Semua aspirasi saudara-saudara kita tampung. ...
Ibu: kita semua tidak mau ada lagi kekacauan. Jadi saya harap, ada
perwakilan dari saudara-saudara yang masuk dan menyampaikan aspirasi
dengan damai. ... (hlm12-13)
3. Tokoh Ibu yang dengan ikhlas meladeni tokoh Kakek.
Ibu: Kalau bukan seni, terus itu disebut apa, kek? (hlm 5)
Ibu: Minta gending apa pak dalang. (hlm 7)
Ibu: Anoman mlumpat sampun
Prapteng witing nagasari
Mulat managandap katinngal
wanodya ju kuru aking
gelung rusak awor kisma
ingkang iga-iga keksi. (hlm 7)
Bahkan tokoh Ibu berpura-pura menjadi istri kakek untuk menyenangkan
hati kakek.
Ibu: Mas Jarwo, suamiku, ada apa? (hlm 7)
Ibu: ya, namanya juga anak kecil. (memeluk dan mengelus rambut anaknya)
jangan terlalu banyak dipikir. ... (hlm 8)
Ibu: Iya, mas tidak salah kok mendidik Mardi. Jangan sedih terus, aku tidak
suka kalau mas sedih terus. (hlm 8)
Ibu: Mas tidak gagal. Mana keoptimisan mas. Aku cinta mas itu karena mas
itu optimis, tidak pesimis begini. ... (hlm 8) kemudian Ibu menyanyi tembang
Caping Gunung.
4. Tokoh Ibu yang memiliki sifat belas kasih atau penyayang
Ibu: Jika mas sedang bersedih, bukankah sudah selayaknya jika aku
menghibur. Apa sekarang mas susdah merasa nyaman? (hlm 9)
Ibu: Mas, bukanlah Danareja dan aku bukan Dewi Sukesi. Kita adalah
suami istri yang tak terpisahkan. Bagai akar dan tanah. (hlm 9)

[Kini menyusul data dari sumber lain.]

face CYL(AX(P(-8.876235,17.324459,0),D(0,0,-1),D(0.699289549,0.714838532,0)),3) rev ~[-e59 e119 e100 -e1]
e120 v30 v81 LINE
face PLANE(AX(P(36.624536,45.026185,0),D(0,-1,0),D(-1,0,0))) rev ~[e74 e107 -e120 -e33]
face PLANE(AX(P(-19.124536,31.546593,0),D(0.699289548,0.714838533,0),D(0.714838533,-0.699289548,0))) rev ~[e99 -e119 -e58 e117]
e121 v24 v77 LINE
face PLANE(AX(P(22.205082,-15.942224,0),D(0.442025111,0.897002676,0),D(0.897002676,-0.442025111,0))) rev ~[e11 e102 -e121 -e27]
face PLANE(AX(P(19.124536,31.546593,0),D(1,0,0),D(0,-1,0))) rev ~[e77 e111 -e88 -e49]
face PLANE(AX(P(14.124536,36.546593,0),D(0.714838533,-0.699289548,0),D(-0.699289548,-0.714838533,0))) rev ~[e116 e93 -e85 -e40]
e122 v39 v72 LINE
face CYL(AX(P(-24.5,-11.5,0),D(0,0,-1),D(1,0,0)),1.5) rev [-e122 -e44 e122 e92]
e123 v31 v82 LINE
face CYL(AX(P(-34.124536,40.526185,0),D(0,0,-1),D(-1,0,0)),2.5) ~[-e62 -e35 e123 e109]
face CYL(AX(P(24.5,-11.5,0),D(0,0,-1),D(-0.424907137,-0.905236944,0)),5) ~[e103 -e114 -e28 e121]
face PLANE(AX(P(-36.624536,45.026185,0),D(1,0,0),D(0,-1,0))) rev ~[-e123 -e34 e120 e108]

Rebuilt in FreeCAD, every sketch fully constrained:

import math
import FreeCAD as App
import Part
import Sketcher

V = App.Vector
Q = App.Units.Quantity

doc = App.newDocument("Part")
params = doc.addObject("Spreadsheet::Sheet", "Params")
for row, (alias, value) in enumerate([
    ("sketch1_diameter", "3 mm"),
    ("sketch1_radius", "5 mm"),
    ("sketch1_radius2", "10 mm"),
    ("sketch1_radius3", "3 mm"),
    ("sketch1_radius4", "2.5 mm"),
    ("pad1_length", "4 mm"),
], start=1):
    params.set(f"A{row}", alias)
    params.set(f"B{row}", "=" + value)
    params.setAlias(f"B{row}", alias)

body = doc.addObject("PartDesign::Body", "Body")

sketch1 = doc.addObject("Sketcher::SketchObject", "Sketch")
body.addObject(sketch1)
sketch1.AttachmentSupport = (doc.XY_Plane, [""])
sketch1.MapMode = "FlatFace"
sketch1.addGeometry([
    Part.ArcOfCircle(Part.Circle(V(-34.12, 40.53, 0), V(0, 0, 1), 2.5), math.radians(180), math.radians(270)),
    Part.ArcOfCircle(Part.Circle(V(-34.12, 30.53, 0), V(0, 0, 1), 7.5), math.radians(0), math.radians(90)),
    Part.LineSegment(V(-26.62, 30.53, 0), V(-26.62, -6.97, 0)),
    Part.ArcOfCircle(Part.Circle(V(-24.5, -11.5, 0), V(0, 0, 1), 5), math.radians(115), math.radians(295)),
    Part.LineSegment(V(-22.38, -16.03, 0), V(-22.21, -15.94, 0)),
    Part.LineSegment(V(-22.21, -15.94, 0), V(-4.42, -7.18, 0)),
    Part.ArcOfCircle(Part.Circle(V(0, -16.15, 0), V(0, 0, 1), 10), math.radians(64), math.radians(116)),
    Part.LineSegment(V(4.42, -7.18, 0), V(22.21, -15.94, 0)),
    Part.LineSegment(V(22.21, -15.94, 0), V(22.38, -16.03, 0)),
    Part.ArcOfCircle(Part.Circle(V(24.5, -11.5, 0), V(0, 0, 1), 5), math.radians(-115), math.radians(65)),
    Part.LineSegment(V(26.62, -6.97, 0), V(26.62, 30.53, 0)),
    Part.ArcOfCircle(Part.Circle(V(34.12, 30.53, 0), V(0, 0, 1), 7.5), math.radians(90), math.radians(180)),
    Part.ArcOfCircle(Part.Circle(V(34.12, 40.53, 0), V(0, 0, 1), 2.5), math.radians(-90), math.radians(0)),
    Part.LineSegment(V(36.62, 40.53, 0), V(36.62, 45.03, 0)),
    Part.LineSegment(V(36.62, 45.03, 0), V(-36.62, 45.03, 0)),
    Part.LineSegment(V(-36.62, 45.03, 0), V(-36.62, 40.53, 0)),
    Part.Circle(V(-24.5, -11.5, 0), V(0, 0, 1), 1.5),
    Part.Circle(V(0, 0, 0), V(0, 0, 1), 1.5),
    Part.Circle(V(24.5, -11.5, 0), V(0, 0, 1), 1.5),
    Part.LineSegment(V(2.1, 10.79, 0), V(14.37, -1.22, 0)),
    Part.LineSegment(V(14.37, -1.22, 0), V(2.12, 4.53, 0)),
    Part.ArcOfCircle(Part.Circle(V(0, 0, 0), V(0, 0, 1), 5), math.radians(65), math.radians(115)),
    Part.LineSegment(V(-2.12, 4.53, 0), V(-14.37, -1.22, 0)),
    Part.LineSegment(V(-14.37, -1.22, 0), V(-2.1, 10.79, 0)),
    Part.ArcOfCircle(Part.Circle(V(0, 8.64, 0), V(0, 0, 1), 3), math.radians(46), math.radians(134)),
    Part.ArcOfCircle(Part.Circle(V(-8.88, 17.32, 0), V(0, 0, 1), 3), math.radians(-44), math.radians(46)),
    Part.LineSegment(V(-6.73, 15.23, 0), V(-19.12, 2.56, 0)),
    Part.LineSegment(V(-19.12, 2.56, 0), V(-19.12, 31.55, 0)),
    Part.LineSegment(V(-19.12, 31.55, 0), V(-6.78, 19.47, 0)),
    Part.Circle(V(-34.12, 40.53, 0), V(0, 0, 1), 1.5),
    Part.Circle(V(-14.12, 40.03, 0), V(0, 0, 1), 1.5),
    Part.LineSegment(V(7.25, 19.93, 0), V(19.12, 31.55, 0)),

Ibu: Sudahlah, jangan terlalu banyak berpikir. Lebih baik istirahat. Besok
mas harus menghadiri upacara penghargaan. ... (hlm 10)
Ibu: Tidak, mas. Aku tidak akan pernah meninggalkan mas. Tapi lihat,
Mardi, kasihan dia tertidur di kursi, biar aku antar ke kamar dulu ya mas.
(hlm 11)
Ibu: Mas, jangan pergi dulu. Angkat kakek ke kamar. Kasihan di sini
dingin. (hlm 13)
Ibu: kasihan kakek. Di usianya yang tua, masih saja diganggu ingatan-
ingatannya .
Ibu: Jangan, mas. Biar aku saja yang mengurus kakek. Panti jompo
bukanlah solusi.
Ibu: Yang sabar. Bagaimanapun juga Kakek adalah tanggung jawab kita.
Lebih baik kita istirahat. Kita bicarakan masalah ini besok saja, aku juga
sudah capek. Mas angkat kakek. (hlm 14)
Kesimpulan

Berdasarkan pembahasan di atas, dapat


disimpulkan bahwa feminisme kultural yang
mencerminkan moralitas tinggi serta nilai luhur pada
tokoh Ibu dalam Lakon “Kebo Nyusu Gudel” mampu
menunjukan kualitas feminitas sebagai sebuah sumber
kekuatan dan kebanggaan personal. Yaitu nilai luhur
tokoh Ibu yang sabar, belas kasih, dengan tulus
menjaga, melayani dan menyayangi kakek. Sebagai
penegah antara bapak dan kakek dan mampu
menyelesaikan konflik tanpa adanya kekerasan.